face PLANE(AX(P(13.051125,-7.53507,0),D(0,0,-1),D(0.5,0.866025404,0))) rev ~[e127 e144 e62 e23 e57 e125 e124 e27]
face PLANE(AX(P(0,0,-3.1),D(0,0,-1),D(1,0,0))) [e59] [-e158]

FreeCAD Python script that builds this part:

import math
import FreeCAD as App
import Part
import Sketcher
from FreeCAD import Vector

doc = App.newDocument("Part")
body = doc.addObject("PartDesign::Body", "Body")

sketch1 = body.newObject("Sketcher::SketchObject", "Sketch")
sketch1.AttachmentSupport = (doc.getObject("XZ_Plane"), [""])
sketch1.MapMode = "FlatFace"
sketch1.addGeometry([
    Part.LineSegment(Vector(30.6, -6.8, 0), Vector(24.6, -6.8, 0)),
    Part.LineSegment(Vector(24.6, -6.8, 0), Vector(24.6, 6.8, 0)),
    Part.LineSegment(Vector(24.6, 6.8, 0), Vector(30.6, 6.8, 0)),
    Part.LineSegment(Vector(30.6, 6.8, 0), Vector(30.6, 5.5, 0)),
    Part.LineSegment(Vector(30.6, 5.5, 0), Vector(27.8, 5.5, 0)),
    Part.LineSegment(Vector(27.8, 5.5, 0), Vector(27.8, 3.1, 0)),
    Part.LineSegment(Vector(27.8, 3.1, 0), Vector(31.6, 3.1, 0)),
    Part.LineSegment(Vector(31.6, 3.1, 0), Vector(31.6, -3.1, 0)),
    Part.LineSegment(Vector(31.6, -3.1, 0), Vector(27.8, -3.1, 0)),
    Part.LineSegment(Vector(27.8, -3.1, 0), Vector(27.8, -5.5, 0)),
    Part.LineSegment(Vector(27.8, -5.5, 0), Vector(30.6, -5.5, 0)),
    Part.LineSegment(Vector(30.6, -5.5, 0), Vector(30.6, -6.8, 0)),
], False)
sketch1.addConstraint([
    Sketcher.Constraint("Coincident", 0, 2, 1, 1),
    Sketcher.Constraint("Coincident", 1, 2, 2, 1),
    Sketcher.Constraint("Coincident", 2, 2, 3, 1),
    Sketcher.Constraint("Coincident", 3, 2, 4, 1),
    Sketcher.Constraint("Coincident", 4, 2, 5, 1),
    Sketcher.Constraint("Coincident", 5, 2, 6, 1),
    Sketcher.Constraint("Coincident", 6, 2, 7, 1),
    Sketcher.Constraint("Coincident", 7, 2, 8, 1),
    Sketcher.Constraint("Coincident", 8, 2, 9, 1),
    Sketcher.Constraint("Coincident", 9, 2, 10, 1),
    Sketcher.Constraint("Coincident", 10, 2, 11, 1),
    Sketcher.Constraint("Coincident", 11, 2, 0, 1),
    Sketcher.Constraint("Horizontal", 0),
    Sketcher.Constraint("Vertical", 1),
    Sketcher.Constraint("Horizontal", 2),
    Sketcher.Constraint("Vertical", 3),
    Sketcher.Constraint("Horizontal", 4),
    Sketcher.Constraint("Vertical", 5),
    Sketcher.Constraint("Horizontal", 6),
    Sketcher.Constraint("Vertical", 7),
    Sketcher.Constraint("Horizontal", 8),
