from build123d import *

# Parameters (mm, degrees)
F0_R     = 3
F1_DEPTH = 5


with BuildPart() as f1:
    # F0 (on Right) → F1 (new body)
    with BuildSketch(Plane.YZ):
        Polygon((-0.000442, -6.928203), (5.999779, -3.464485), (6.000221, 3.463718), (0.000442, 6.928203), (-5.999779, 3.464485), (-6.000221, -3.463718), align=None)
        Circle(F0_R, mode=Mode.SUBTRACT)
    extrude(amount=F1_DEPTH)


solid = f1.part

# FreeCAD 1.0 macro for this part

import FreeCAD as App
import Part
import Sketcher
from FreeCAD import Vector


def add_polygon(sketch, points):
    """Adds a closed chain of lines whose ends are joined by coincident constraints."""
    first, n = sketch.GeometryCount, len(points)
    for a, b in zip(points, points[1:] + points[:1]):
        sketch.addGeometry(Part.LineSegment(App.Vector(*a, 0), App.Vector(*b, 0)), False)
    for i in range(n):
        sketch.addConstraint(Sketcher.Constraint("Coincident", first + i, 2, first + (i + 1) % n, 1))

doc = App.newDocument("Part")
params = doc.addObject("Spreadsheet::Sheet", "Params")
for row, (alias, value) in enumerate([
    ("sketch1_diameter", "6 mm"),
    ("pad1_length", "5 mm"),
], start=1):
    params.set(f"A{row}", alias)
    params.set(f"B{row}", "=" + value)
    params.setAlias(f"B{row}", alias)

body = doc.addObject("PartDesign::Body", "Body")

sketch1 = body.newObject("Sketcher::SketchObject", "Sketch")
sketch1.AttachmentSupport = (doc.getObject("YZ_Plane"), [""])
sketch1.MapMode = "FlatFace"
add_polygon(sketch1, [(0, -6.9), (6, -3.5), (6, 3.5), (0, 6.9), (-6, 3.5), (-6, -3.5)])
sketch1.addGeometry(Part.Circle(Vector(0, 0, 0), Vector(0, 0, 1), 3), False)
sketch1.addConstraint([
    Sketcher.Constraint("Coincident", 6, 3, -1, 1),
    Sketcher.Constraint("Symmetric", 0, 2, 3, 2, -1, 1),
    Sketcher.Constraint("Symmetric", 1, 2, 4, 2, -1, 1),
    Sketcher.Constraint("Symmetric", 2, 2, 5, 2, -1, 1),
    Sketcher.Constraint("Equal", 0, 1),
    Sketcher.Constraint("Equal", 1, 2),
    Sketcher.Constraint("Diameter", 6, 6.0),
    Sketcher.Constraint("DistanceX", 3, 2, 1, 2, 12.0),
    Sketcher.Constraint("DistanceX", -1, 1, 0, 2, 5.999779),
    Sketcher.Constraint("DistanceY", -1, 1, 1, 2, 3.463718),
    Sketcher.Constraint("DistanceX", -1, 1, 2, 2, 0.000442),
])
sketch1.setExpression("Constraints[12]", "Params.sketch1_diameter")
pad1 = body.newObject("PartDesign::Pad", "Pad")
pad1.Profile = sketch1
pad1.setExpression("Length", "Params.pad1_length")

doc.recompute()
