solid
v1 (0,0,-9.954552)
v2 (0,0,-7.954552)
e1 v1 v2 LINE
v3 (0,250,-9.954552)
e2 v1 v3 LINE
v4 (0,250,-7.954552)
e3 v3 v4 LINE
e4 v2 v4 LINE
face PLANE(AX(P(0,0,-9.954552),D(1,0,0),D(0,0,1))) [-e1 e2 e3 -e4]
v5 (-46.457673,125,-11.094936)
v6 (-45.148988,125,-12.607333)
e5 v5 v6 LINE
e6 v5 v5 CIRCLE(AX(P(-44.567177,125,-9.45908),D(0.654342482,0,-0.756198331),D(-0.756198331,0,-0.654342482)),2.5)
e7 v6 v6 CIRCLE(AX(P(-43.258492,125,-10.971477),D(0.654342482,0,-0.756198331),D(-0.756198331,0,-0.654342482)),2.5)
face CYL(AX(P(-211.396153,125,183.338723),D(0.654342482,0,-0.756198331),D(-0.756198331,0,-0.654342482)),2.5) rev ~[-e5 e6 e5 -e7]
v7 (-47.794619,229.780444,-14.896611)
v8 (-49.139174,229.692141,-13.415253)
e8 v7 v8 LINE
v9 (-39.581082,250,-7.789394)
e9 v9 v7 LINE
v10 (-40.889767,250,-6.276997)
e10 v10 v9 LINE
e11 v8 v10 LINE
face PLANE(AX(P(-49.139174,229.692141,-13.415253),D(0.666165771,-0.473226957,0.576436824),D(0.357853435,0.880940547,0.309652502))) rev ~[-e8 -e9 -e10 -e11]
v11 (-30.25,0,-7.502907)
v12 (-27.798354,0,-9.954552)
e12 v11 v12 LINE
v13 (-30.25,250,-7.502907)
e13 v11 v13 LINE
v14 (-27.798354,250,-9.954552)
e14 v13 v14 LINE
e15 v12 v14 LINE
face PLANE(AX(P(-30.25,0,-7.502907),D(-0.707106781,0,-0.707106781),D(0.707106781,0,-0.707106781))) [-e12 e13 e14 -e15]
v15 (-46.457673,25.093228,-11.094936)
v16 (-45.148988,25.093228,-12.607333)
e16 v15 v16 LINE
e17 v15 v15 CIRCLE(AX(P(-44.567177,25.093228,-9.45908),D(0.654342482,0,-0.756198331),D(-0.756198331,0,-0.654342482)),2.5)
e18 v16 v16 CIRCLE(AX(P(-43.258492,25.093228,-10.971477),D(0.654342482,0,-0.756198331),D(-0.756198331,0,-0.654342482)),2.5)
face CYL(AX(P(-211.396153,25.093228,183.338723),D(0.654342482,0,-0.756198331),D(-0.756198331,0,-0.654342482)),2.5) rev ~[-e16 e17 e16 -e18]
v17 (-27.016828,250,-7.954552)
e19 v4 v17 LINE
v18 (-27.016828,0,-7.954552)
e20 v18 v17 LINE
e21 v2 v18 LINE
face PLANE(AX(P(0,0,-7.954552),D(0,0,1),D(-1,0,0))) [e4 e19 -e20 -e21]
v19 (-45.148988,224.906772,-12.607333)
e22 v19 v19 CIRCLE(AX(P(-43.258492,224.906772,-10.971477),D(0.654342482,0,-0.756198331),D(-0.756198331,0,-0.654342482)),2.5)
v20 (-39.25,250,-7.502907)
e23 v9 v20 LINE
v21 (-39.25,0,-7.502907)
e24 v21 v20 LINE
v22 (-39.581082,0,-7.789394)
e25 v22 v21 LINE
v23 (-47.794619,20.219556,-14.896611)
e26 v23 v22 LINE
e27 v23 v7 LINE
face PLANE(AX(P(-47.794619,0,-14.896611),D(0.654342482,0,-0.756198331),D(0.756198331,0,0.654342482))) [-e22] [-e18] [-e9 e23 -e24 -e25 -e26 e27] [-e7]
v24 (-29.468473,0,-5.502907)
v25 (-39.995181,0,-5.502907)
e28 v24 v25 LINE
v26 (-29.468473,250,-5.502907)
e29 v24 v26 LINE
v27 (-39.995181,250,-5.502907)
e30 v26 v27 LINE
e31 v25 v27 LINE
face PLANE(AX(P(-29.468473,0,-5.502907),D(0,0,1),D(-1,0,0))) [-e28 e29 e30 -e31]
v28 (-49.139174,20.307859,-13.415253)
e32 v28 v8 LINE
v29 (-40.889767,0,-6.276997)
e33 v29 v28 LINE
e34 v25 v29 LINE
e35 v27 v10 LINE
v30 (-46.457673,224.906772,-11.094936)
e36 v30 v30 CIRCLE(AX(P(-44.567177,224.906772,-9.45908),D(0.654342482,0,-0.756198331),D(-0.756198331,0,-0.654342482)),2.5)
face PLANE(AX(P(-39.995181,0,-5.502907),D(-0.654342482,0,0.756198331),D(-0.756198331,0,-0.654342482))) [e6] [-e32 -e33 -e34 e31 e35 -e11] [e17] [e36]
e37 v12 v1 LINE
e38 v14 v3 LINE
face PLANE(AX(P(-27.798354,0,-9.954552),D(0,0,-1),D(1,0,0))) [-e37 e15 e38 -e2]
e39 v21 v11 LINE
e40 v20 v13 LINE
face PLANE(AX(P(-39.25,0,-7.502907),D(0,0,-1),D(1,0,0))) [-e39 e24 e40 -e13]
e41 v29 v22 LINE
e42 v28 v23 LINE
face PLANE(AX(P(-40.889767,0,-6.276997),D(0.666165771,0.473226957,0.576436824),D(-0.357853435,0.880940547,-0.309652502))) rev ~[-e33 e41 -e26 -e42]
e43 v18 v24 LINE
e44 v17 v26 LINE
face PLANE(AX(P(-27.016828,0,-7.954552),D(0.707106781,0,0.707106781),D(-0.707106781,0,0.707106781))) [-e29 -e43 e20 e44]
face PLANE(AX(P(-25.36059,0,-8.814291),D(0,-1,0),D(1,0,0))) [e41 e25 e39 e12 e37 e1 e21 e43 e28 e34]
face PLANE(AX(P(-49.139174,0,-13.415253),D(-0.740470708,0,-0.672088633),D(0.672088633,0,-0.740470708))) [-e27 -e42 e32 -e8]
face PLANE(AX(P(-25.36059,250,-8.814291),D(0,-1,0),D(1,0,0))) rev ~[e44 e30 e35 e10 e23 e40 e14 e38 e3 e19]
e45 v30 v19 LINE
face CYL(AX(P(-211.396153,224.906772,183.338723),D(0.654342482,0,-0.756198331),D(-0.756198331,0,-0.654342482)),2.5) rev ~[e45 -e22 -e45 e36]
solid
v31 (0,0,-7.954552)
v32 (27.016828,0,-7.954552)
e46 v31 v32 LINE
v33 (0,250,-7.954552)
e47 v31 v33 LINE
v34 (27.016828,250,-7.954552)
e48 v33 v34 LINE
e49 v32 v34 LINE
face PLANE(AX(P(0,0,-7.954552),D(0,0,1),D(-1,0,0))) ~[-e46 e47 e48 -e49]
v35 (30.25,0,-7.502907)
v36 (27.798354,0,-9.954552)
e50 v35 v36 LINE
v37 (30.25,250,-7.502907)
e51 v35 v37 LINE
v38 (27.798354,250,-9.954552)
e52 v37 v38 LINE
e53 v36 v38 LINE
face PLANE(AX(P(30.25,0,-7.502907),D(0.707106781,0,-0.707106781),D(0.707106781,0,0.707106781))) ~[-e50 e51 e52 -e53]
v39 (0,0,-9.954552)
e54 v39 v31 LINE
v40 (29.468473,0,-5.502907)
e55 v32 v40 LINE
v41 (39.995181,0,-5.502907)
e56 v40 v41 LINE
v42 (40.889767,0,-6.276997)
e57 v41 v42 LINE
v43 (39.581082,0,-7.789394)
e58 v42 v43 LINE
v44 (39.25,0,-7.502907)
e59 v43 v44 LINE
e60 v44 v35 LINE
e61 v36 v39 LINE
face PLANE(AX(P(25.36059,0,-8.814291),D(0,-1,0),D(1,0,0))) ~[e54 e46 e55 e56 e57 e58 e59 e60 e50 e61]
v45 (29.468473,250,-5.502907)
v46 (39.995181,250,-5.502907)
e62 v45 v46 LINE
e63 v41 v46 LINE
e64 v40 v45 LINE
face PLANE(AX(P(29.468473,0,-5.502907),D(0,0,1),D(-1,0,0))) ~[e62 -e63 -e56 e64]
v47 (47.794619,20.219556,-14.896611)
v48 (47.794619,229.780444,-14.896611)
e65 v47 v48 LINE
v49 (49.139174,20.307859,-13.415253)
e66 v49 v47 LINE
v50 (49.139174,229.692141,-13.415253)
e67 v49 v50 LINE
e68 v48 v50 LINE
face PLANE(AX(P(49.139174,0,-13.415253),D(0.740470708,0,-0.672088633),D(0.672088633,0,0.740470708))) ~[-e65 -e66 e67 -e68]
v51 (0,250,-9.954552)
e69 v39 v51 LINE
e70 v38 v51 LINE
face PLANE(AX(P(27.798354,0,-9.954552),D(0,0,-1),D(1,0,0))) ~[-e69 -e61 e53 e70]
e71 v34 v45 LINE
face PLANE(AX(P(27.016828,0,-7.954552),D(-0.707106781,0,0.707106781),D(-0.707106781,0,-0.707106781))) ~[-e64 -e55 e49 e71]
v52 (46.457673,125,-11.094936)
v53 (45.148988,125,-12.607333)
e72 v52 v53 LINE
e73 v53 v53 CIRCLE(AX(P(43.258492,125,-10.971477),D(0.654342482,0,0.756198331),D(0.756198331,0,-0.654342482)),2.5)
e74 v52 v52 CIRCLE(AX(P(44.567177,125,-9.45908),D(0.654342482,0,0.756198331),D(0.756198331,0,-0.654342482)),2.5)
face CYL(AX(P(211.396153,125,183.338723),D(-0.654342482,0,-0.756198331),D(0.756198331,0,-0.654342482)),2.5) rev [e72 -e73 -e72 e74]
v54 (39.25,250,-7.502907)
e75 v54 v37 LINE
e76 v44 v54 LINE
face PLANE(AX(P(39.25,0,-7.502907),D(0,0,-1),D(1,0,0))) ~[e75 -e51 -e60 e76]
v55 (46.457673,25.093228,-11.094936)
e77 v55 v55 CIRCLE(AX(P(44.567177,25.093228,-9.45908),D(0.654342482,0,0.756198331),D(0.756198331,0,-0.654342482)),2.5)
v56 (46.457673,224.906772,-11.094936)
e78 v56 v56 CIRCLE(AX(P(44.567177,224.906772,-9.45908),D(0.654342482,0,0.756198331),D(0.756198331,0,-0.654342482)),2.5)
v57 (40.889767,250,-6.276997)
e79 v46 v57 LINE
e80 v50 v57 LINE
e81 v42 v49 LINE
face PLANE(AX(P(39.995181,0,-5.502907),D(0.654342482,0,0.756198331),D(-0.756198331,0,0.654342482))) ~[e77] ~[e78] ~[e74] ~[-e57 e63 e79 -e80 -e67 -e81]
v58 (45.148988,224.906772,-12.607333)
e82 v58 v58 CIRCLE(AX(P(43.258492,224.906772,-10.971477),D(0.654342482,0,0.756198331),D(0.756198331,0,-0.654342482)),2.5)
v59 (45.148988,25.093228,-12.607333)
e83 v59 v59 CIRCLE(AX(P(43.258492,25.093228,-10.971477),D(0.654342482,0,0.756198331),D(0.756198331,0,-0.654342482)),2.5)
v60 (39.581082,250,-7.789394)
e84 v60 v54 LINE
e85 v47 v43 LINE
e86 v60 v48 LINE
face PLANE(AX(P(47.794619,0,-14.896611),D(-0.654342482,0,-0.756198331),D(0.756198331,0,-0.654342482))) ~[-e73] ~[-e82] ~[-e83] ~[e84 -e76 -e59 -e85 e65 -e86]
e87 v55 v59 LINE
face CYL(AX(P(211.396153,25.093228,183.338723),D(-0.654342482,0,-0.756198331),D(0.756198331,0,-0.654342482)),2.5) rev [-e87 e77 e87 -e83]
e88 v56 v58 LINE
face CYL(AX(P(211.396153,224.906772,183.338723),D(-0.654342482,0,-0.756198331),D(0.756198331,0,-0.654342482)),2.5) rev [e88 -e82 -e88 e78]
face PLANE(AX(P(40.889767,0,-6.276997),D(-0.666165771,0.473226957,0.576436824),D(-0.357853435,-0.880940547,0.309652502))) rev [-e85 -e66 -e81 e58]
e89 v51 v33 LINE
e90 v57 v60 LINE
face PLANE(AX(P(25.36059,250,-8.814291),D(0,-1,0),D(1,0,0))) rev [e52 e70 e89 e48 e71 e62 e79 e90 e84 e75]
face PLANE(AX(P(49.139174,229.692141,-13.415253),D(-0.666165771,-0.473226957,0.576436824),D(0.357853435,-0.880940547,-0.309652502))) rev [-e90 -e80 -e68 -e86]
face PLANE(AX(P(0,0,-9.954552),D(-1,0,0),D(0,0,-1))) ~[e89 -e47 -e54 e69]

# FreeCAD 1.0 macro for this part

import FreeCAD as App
import Part
import Sketcher

V = App.Vector
Q = App.Units.Quantity

doc = App.newDocument("Part")
params = doc.addObject("Spreadsheet::Sheet", "Params")
for row, (alias, value) in enumerate([
    ("sketch1_width", "9 mm"),
    ("sketch1_height", "2 mm"),
    ("pad1_length", "250 mm"),
    ("sketch2_diameter", "5 mm"),
    ("hole_diameter", "5 mm"),
], start=1):
    params.set(f"A{row}", alias)
    params.set(f"B{row}", "=" + value)
    params.setAlias(f"B{row}", alias)

body = doc.addObject("PartDesign::Body", "Body")

# Sketch on XZ plane
sketch1 = body.newObject("Sketcher::SketchObject", "Sketch")
sketch1.AttachmentSupport = (doc.getObject("XZ_Plane"), [""])
sketch1.MapMode = "FlatFace"
sketch1.addGeometry(Part.LineSegment(V(-29.468473, -5.502907, 0), V(-39.995181, -5.502907, 0)), False)
sketch1.addGeometry(Part.LineSegment(V(-39.995181, -5.502907, 0), V(-49.139174, -13.415253, 0)), False)
sketch1.addGeometry(Part.LineSegment(V(-49.139174, -13.415253, 0), V(-47.794619, -14.896611, 0)), False)
sketch1.addGeometry(Part.LineSegment(V(-47.794619, -14.896611, 0), V(-39.25, -7.502907, 0)), False)
sketch1.addGeometry(Part.LineSegment(V(-39.25, -7.502907, 0), V(-30.25, -7.502907, 0)), False)
sketch1.addGeometry(Part.LineSegment(V(-30.25, -7.502907, 0), V(-27.798354, -9.954552, 0)), False)
sketch1.addGeometry(Part.LineSegment(V(-27.798354, -9.954552, 0), V(0, -9.954552, 0)), False)
sketch1.addGeometry(Part.LineSegment(V(0, -9.954552, 0), V(0, -7.954552, 0)), False)
sketch1.addGeometry(Part.LineSegment(V(0, -7.954552, 0), V(-27.016828, -7.954552, 0)), False)
sketch1.addGeometry(Part.LineSegment(V(-27.016828, -7.954552, 0), V(-29.468473, -5.502907, 0)), False)
sketch1.addConstraint(Sketcher.Constraint("Coincident", 0, 2, 1, 1))
sketch1.addConstraint(Sketcher.Constraint("Coincident", 1, 2, 2, 1))
sketch1.addConstraint(Sketcher.Constraint("Coincident", 2, 2, 3, 1))
sketch1.addConstraint(Sketcher.Constraint("Coincident", 3, 2, 4, 1))
sketch1.addConstraint(Sketcher.Constraint("Coincident", 4, 2, 5, 1))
##########
## DIRECTIONS FOR THIS TASK
From the line holding "v22 (-39.581082,0,-7.789394)" to the line holding "face PLANE(AX(P(-25.36059,0,-8.814291),D(0,-1,0),D(1,0,0))) [e41", inclusive, restate each line above exactly as written.

## SOLVED EXERCISE
v22 (-39.581082,0,-7.789394)
e25 v22 v21 LINE
v23 (-47.794619,20.219556,-14.896611)
e26 v23 v22 LINE
e27 v23 v7 LINE
face PLANE(AX(P(-47.794619,0,-14.896611),D(0.654342482,0,-0.756198331),D(0.756198331,0,0.654342482))) [-e22] [-e18] [-e9 e23 -e24 -e25 -e26 e27] [-e7]
v24 (-29.468473,0,-5.502907)
v25 (-39.995181,0,-5.502907)
e28 v24 v25 LINE
v26 (-29.468473,250,-5.502907)
e29 v24 v26 LINE
v27 (-39.995181,250,-5.502907)
e30 v26 v27 LINE
e31 v25 v27 LINE
face PLANE(AX(P(-29.468473,0,-5.502907),D(0,0,1),D(-1,0,0))) [-e28 e29 e30 -e31]
v28 (-49.139174,20.307859,-13.415253)
e32 v28 v8 LINE
v29 (-40.889767,0,-6.276997)
e33 v29 v28 LINE
e34 v25 v29 LINE
e35 v27 v10 LINE
v30 (-46.457673,224.906772,-11.094936)
e36 v30 v30 CIRCLE(AX(P(-44.567177,224.906772,-9.45908),D(0.654342482,0,-0.756198331),D(-0.756198331,0,-0.654342482)),2.5)
face PLANE(AX(P(-39.995181,0,-5.502907),D(-0.654342482,0,0.756198331),D(-0.756198331,0,-0.654342482))) [e6] [-e32 -e33 -e34 e31 e35 -e11] [e17] [e36]
e37 v12 v1 LINE
e38 v14 v3 LINE
face PLANE(AX(P(-27.798354,0,-9.954552),D(0,0,-1),D(1,0,0))) [-e37 e15 e38 -e2]
e39 v21 v11 LINE
e40 v20 v13 LINE
face PLANE(AX(P(-39.25,0,-7.502907),D(0,0,-1),D(1,0,0))) [-e39 e24 e40 -e13]
e41 v29 v22 LINE
e42 v28 v23 LINE
face PLANE(AX(P(-40.889767,0,-6.276997),D(0.666165771,0.473226957,0.576436824),D(-0.357853435,0.880940547,-0.309652502))) rev ~[-e33 e41 -e26 -e42]
e43 v18 v24 LINE
e44 v17 v26 LINE
face PLANE(AX(P(-27.016828,0,-7.954552),D(0.707106781,0,0.707106781),D(-0.707106781,0,0.707106781))) [-e29 -e43 e20 e44]
face PLANE(AX(P(-25.36059,0,-8.814291),D(0,-1,0),D(1,0,0))) [e41 e25 e39 e12 e37 e1 e21 e43 e28 e34]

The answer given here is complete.